Wie das Forbes Magazin berichtet, verlor die Aktie Ende der Woche 20 Prozentpunkte, zwischenzeitlich erreichte sie sogar ein Tief von 25 Prozent. Es wird sich aber erst in den nächsten Tagen zeigen, ob dieser Absturz dauerhaft sein wird oder nur eine kurzfristige Reaktion auf die Negativschlagzeilen war. Mittlereile hat auch Forbes seinen ersten Artikel zu dem Thema leicht relativiert und das Wort „Raid“, also Razzia aus der Headline gestrichen, wie es noch in der ursprünglichen Version der Fall war.

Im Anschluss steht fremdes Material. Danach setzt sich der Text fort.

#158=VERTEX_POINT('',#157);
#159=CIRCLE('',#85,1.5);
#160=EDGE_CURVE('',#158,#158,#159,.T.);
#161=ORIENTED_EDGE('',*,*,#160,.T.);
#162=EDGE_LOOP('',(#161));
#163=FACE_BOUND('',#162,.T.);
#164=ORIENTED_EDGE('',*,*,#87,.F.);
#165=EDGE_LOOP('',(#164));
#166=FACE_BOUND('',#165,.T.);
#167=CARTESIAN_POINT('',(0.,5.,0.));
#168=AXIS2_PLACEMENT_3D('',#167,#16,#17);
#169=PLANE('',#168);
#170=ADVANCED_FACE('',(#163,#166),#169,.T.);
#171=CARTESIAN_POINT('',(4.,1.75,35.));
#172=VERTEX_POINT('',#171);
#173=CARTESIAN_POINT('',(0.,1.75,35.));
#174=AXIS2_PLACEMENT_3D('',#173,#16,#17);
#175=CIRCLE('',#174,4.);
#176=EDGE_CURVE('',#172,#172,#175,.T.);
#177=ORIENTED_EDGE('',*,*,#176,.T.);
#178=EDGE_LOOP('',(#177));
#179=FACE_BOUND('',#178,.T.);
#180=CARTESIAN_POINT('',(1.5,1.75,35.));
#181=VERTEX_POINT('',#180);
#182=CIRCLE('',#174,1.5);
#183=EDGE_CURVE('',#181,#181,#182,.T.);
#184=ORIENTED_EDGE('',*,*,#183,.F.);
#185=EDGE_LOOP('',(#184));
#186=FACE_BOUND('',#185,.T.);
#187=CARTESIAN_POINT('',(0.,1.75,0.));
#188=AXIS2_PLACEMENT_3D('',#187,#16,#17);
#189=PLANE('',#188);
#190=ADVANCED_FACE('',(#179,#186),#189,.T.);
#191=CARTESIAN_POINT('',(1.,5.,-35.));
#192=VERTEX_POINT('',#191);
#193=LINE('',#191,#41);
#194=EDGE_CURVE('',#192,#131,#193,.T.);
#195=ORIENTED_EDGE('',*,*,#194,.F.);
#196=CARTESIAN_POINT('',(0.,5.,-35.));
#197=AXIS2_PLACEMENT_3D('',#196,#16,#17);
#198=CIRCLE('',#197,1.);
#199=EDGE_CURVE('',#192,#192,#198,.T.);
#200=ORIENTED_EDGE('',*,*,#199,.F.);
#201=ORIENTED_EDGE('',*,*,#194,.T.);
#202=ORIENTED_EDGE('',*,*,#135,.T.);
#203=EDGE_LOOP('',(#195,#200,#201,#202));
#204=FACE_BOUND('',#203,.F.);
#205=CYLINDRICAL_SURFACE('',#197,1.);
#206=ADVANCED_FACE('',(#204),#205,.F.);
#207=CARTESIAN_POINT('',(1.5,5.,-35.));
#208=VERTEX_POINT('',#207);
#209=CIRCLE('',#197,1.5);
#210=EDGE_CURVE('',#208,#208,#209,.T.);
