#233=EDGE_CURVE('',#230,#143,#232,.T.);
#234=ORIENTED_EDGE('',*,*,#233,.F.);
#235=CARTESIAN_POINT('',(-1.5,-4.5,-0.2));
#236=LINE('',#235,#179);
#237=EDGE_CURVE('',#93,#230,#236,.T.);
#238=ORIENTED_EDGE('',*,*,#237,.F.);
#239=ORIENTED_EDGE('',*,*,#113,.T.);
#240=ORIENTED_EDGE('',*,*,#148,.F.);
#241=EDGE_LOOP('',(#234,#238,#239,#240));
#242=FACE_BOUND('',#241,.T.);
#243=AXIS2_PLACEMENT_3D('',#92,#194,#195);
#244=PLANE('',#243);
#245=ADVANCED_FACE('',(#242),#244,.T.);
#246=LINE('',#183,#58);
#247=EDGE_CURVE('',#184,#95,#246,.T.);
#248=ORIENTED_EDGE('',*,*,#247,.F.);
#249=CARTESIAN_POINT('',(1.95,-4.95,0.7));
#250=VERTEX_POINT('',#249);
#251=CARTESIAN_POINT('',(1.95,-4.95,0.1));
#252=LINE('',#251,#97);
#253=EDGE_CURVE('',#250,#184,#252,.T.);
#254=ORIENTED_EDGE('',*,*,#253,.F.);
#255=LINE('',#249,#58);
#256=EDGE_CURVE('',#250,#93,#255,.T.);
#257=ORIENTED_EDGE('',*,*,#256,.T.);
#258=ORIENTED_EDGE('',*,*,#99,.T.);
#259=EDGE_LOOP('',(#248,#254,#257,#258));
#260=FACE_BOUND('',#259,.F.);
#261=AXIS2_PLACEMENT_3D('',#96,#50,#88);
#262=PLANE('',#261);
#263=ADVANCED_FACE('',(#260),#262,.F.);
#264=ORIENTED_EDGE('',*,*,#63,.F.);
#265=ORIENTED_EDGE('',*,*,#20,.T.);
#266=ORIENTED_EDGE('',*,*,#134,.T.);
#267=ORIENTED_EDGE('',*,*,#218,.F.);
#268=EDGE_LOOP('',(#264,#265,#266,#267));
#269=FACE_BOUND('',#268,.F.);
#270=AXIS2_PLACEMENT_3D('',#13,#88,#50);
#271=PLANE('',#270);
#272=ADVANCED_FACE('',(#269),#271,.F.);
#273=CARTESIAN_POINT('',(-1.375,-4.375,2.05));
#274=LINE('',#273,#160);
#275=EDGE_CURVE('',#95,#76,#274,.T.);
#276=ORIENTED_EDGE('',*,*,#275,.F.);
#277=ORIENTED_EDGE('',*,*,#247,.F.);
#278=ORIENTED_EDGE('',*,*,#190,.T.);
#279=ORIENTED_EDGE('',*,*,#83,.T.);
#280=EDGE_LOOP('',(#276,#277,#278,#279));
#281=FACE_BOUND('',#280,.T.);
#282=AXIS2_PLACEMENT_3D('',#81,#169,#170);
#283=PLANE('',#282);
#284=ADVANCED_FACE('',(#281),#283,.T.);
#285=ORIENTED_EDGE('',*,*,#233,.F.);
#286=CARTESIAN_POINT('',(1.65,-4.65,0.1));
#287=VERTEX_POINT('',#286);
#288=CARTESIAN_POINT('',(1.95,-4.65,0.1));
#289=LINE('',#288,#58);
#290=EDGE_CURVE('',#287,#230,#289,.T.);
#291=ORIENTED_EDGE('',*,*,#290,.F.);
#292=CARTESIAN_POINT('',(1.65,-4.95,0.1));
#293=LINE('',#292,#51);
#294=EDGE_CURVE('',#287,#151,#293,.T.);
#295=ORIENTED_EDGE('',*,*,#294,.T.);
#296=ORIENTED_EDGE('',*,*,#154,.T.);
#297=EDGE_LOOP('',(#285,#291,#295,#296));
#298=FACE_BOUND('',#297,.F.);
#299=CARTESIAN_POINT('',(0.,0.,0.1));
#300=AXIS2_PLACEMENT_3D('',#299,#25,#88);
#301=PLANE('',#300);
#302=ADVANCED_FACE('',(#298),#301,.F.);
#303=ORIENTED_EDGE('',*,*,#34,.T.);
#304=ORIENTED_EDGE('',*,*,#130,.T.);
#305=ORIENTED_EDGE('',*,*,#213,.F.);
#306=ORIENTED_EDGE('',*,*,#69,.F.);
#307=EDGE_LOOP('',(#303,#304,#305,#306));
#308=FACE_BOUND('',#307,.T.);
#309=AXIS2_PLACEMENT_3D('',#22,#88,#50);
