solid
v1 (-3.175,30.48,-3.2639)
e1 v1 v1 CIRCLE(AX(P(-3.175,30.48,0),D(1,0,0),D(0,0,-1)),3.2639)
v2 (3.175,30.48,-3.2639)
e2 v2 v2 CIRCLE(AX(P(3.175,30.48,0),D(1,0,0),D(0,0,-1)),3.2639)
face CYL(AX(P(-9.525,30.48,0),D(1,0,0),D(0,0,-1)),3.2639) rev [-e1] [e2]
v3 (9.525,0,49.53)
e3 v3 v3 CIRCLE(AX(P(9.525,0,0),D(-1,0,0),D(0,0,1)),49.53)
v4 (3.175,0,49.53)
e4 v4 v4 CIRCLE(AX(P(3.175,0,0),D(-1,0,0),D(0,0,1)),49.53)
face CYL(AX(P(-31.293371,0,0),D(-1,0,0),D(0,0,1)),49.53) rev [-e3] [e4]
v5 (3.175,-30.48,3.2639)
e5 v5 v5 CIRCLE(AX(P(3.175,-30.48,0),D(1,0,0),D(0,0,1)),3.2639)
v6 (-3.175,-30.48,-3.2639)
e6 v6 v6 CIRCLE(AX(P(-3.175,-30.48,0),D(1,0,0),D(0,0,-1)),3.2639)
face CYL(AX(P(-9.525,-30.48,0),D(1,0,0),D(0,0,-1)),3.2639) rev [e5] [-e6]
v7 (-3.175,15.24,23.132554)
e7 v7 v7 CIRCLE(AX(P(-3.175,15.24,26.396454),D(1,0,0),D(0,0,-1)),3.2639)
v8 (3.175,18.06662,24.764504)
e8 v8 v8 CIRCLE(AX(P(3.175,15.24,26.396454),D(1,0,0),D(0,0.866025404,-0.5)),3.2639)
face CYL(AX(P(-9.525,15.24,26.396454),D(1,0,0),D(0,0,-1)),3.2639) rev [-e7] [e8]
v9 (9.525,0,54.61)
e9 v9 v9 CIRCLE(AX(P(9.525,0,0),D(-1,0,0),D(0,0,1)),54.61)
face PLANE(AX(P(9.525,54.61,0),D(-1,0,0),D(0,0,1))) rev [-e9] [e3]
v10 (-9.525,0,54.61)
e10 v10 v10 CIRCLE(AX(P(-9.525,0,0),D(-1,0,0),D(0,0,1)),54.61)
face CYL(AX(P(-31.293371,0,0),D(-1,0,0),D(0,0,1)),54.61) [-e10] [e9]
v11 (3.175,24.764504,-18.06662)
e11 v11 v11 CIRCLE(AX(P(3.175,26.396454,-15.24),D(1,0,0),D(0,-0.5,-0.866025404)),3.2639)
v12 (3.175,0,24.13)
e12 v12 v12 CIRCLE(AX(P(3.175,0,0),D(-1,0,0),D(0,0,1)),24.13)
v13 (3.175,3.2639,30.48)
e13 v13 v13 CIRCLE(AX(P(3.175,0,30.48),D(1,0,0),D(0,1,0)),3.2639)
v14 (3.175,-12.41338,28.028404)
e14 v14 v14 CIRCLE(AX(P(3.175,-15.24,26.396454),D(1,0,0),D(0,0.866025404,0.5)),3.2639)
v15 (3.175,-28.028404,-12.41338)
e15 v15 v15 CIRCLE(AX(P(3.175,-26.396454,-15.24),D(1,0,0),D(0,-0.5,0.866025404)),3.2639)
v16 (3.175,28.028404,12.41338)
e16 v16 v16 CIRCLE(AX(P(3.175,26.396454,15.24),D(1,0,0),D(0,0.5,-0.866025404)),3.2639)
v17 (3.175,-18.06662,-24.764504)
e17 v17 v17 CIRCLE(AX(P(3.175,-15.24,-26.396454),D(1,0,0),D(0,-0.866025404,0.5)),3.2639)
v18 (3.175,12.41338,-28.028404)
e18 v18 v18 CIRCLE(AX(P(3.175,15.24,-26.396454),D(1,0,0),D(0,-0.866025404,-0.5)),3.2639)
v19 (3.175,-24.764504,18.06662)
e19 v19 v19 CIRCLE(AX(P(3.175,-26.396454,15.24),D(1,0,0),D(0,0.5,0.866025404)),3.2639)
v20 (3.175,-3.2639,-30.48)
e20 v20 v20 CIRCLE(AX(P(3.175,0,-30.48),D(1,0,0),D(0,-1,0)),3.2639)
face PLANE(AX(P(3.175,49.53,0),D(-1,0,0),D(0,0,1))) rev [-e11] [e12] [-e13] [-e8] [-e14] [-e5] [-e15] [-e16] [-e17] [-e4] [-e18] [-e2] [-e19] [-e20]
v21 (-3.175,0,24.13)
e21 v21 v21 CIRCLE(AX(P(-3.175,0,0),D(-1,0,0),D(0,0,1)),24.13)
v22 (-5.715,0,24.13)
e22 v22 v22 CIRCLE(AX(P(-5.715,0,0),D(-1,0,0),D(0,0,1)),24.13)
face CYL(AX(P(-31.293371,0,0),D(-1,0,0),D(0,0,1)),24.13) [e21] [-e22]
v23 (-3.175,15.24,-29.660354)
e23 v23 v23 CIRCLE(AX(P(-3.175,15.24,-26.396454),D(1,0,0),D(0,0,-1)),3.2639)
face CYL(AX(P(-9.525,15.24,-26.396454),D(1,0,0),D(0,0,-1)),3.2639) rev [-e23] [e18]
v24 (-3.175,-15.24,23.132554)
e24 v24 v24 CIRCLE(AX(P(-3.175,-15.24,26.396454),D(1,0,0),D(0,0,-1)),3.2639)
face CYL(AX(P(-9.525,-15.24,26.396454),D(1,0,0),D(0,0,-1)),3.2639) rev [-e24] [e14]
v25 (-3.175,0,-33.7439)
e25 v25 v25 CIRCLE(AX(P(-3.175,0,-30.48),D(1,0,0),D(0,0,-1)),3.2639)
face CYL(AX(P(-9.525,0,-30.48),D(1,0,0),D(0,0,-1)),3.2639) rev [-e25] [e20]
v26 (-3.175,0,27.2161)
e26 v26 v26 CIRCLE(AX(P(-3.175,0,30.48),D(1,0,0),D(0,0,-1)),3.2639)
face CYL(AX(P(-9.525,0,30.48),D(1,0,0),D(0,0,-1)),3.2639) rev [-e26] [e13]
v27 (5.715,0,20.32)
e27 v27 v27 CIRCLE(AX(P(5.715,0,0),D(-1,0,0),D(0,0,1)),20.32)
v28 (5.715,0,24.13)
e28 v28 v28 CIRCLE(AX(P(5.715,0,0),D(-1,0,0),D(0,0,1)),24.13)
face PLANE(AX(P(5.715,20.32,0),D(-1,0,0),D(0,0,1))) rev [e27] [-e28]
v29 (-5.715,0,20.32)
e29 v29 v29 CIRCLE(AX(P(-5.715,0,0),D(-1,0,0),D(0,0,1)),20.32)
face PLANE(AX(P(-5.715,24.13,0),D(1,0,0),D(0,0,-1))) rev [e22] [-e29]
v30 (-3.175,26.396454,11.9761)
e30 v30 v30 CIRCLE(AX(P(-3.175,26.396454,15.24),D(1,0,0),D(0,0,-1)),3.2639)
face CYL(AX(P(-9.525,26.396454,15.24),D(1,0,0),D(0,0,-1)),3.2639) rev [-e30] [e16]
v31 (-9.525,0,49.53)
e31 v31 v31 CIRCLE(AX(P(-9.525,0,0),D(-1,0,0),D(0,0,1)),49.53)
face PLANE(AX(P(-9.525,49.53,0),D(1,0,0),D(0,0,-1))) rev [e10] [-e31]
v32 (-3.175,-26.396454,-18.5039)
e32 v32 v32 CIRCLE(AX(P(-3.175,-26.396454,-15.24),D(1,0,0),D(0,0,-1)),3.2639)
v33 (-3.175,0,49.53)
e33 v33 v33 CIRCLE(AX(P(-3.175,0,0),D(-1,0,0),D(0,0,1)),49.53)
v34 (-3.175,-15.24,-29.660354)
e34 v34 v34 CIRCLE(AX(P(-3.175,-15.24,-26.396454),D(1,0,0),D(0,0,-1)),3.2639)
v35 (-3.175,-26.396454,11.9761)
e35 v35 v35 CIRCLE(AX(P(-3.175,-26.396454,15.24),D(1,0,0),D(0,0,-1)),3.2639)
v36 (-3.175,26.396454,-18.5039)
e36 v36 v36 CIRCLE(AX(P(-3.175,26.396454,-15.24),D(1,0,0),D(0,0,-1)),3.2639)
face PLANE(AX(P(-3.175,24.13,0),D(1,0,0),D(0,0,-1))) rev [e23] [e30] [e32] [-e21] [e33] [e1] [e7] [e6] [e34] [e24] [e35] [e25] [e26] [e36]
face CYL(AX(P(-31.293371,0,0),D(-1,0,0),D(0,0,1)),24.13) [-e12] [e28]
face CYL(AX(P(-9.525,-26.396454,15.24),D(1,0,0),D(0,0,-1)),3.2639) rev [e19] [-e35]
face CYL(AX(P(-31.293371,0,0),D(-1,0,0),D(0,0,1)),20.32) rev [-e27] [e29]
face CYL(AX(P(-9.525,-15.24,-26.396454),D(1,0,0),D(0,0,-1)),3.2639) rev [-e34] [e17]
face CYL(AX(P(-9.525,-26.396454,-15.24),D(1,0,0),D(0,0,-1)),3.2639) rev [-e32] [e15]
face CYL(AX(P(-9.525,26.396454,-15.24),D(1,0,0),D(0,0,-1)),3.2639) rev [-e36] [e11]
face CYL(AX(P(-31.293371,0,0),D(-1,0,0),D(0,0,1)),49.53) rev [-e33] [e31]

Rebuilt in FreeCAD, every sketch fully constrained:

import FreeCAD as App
import Part
import Sketcher

V = App.Vector
Q = App.Units.Quantity

doc = App.newDocument("Part")
body = doc.addObject("PartDesign::Body", "Body")

sketch1 = body.newObject("Sketcher::SketchObject", "Sketch")
sketch1.AttachmentSupport = (doc.getObject("XY_Plane"), [""])
sketch1.MapMode = "FlatFace"
sketch1.addGeometry([
    Part.LineSegment(V(9.5, 54.6, 0), V(-9.5, 54.6, 0)),
    Part.LineSegment(V(-9.5, 54.6, 0), V(-9.5, 49.5, 0)),
    Part.LineSegment(V(-9.5, 49.5, 0), V(-3.2, 49.5, 0)),
    Part.LineSegment(V(-3.2, 49.5, 0), V(-3.2, 24.1, 0)),
    Part.LineSegment(V(-3.2, 24.1, 0), V(-5.7, 24.1, 0)),
    Part.LineSegment(V(-5.7, 24.1, 0), V(-5.7, 20.3, 0)),
    Part.LineSegment(V(-5.7, 20.3, 0), V(5.7, 20.3, 0)),
    Part.LineSegment(V(5.7, 20.3, 0), V(5.7, 24.1, 0)),
    Part.LineSegment(V(5.7, 24.1, 0), V(3.2, 24.1, 0)),
    Part.LineSegment(V(3.2, 24.1, 0), V(3.2, 49.5, 0)),
    Part.LineSegment(V(3.2, 49.5, 0), V(9.5, 49.5, 0)),
    Part.LineSegment(V(9.5, 49.5, 0), V(9.5, 54.6, 0)),
], False)
sketch1.addConstraint([
    Sketcher.Constraint("Coincident", 0, 2, 1, 1),
    Sketcher.Constraint("Coincident", 1, 2, 2, 1),
    Sketcher.Constraint("Coincident", 2, 2, 3, 1),
    Sketcher.Constraint("Coincident", 3, 2, 4, 1),
    Sketcher.Constraint("Coincident", 4, 2, 5, 1),
    Sketcher.Constraint("Coincident", 5, 2, 6, 1),
    Sketcher.Constraint("Coincident", 6, 2, 7, 1),
    Sketcher.Constraint("Coincident", 7, 2, 8, 1),
    Sketcher.Constraint("Coincident", 8, 2, 9, 1),
    Sketcher.Constraint("Coincident", 9, 2, 10, 1),
    Sketcher.Constraint("Coincident", 10, 2, 11, 1),
    Sketcher.Constraint("Coincident", 11, 2, 0, 1),
    Sketcher.Constraint("Horizontal", 0),
    Sketcher.Constraint("Vertical", 1),
    Sketcher.Constraint("Horizontal", 2),
    Sketcher.Constraint("Vertical", 3),
    Sketcher.Constraint("Horizontal", 4),
    Sketcher.Constraint("Vertical", 5),
    Sketcher.Constraint("Horizontal", 6),
    Sketcher.Constraint("Vertical", 7),
    Sketcher.Constraint("Horizontal", 8),
    Sketcher.Constraint("Vertical", 9),
    Sketcher.Constraint("Horizontal", 10),
    Sketcher.Constraint("Vertical", 11),
    Sketcher.Constraint("Symmetric", 4, 2, 7, 2, -2),
    Sketcher.Constraint("Symmetric", 2, 2, 9, 2, -2),
    Sketcher.Constraint("Equal", 2, 10),
    Sketcher.Constraint("DistanceY", 3, 2, 3, 1, Q("1 in")),
    Sketcher.Constraint("DistanceX", 4, 2, 4, 1, Q("0.1 in")),
    Sketcher.Constraint("DistanceY", 1, 2, 1, 1, Q("0.2 in")),
    Sketcher.Constraint("DistanceX", 0, 2, 0, 1, Q("0.75 in")),
    Sketcher.Constraint("DistanceX", 2, 1, 2, 2, Q("0.25 in")),
    Sketcher.Constraint("DistanceY", 5, 2, 5, 1, Q("0.15 in")),
    Sketcher.Constraint("DistanceY", -1, 1, 5, 2, Q("0.8 in")),
])
revolution = body.newObject("PartDesign::Revolution", "Revolution")
revolution.Profile = sketch1
revolution.ReferenceAxis = (sketch1, ["H_Axis"])
revolution.Angle = 360

sketch2 = body.newObject("Sketcher::SketchObject", "Sketch001")
sketch2.AttachmentSupport = (doc.getObject("YZ_Plane"), [""])
sketch2.MapMode = "FlatFace"
sketch2.AttachmentOffset = App.Placement(V(0, 0, 0.125 * 25.4), App.Rotation())
sketch2.addGeometry(Part.Circle(V(30.5, 0, 0), V(0, 0, 1), 3.3), False)
sketch2.addConstraint([
    Sketcher.Constraint("PointOnObject", 0, 3, -1),
    Sketcher.Constraint("Diameter", 0, Q("0.257 in")),
    Sketcher.Constraint("DistanceX", -1, 1, 0, 3, Q("1.2 in")),
])
pocket1 = body.newObject("PartDesign::Pocket", "Pocket")
pocket1.Profile = sketch2
pocket1.Type = "ThroughAll"
doc.recompute()

polarpattern = body.newObject("PartDesign::PolarPattern", "PolarPattern")
polarpattern.Originals = [pocket1]
polarpattern.Axis = (doc.getObject("X_Axis"), [""])
polarpattern.Angle = 360
polarpattern.Occurrences = 12
body.Tip = polarpattern

doc.recompute()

Im vergangenen Sommer erlebte die Aktie von Amaya eine ganz andere Entwicklung. Nach dem Kauf von Pokerstars und Full Tilt für $4.9 Milliarden, schoss die Aktie um 340 Prozent in die Höhe. Dies führte wohl auch zu dem nun laufenden Ermittlungsverfahren, denn die Behörden vermuten wahrscheinlich einen Insiderhandel.

Was an den Vorwürfen dran ist, wird sich erst noch zeigen, wenn es weitere Informationen in dem Fall gibt. Mittlerweile wird aber auch nicht mehr davon gesprochen, dass „gegen“ Amaya“ sondern „bei“ Amaya ermittelt wird. Und da im Zentrum der Untersuchungen auch die Finanzdienstleister Canaccord Genuinity und Manulife Financial stehen, könnte es auch durchaus um Vorgänge vor der Pokerstars Zeit gehen. Wir halten euch natürlich auf dem Laufenden sobald es neue Erkenntnisse gibt.